*** PROVIDED INFORMATION ***

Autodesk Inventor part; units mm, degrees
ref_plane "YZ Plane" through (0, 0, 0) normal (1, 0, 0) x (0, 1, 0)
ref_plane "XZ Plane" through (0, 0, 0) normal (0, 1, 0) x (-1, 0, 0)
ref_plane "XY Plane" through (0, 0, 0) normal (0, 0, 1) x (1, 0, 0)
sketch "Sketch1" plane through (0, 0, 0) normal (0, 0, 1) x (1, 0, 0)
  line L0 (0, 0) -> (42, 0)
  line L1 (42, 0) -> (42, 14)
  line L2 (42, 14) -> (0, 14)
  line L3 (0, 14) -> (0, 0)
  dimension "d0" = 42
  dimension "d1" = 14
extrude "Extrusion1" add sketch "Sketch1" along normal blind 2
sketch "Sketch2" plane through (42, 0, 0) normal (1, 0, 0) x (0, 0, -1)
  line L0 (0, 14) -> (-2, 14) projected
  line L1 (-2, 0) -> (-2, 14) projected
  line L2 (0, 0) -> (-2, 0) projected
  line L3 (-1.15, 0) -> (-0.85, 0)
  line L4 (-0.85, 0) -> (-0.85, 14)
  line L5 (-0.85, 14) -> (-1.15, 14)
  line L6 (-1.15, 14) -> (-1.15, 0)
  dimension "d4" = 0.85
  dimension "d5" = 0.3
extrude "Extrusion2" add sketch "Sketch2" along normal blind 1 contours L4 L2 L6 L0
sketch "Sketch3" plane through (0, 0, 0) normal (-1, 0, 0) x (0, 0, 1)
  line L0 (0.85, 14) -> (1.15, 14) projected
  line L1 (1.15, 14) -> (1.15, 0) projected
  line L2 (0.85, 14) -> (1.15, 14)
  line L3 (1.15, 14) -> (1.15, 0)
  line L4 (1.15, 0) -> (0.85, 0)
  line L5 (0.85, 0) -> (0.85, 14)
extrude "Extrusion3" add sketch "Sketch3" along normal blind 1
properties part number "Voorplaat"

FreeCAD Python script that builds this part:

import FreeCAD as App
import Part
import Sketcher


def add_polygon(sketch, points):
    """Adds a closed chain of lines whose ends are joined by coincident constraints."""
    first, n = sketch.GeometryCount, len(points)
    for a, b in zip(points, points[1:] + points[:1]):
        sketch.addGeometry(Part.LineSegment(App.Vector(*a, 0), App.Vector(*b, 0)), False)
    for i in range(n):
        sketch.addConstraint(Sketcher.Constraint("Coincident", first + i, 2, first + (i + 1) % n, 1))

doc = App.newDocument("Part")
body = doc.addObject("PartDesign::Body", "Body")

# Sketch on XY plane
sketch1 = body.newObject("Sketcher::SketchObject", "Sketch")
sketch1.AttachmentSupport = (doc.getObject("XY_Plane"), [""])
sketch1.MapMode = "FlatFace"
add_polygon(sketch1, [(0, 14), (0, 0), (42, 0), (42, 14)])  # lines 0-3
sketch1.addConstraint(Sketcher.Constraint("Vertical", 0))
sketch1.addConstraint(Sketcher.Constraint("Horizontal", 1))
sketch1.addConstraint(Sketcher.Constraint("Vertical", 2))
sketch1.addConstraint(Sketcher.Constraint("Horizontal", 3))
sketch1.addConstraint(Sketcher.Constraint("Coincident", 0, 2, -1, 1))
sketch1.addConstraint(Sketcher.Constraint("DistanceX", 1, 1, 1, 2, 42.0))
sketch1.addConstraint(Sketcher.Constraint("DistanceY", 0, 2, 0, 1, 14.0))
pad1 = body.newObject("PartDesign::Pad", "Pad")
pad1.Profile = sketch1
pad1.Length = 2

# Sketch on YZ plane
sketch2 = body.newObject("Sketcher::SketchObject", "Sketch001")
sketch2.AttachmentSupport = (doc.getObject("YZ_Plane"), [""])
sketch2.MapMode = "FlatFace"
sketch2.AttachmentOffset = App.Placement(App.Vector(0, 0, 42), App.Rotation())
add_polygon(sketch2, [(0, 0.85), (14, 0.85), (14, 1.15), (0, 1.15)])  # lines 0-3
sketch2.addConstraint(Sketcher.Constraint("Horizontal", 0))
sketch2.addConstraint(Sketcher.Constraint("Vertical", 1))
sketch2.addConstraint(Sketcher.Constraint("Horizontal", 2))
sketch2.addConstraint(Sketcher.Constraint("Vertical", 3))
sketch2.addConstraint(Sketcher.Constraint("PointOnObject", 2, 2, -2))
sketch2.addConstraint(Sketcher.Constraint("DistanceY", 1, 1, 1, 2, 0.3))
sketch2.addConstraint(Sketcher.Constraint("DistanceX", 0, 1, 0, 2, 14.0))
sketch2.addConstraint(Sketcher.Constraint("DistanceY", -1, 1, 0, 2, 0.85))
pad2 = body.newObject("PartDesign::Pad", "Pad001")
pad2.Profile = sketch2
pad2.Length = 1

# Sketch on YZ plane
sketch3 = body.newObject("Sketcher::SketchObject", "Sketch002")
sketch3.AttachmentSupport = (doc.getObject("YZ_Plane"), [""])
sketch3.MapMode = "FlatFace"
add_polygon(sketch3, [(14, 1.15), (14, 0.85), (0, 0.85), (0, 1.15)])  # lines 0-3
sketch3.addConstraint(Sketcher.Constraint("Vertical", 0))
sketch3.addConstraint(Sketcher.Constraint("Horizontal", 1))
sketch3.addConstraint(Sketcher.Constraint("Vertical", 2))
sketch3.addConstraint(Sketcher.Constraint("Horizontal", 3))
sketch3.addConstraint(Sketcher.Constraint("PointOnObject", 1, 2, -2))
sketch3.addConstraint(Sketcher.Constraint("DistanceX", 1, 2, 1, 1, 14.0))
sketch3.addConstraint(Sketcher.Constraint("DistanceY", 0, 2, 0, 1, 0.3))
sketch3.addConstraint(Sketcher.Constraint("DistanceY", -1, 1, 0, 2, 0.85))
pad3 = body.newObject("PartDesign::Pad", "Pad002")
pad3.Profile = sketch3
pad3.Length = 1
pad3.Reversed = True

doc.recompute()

*** End of PROVIDED INFORMATION ***

WHAT THE TASK ASKS >> Return every line above in which the string "extrude" occurs.

RESULT >>
extrude "Extrusion1" add sketch "Sketch1" along normal blind 2
extrude "Extrusion2" add sketch "Sketch2" along normal blind 1 contours L4 L2 L6 L0
extrude "Extrusion3" add sketch "Sketch3" along normal blind 1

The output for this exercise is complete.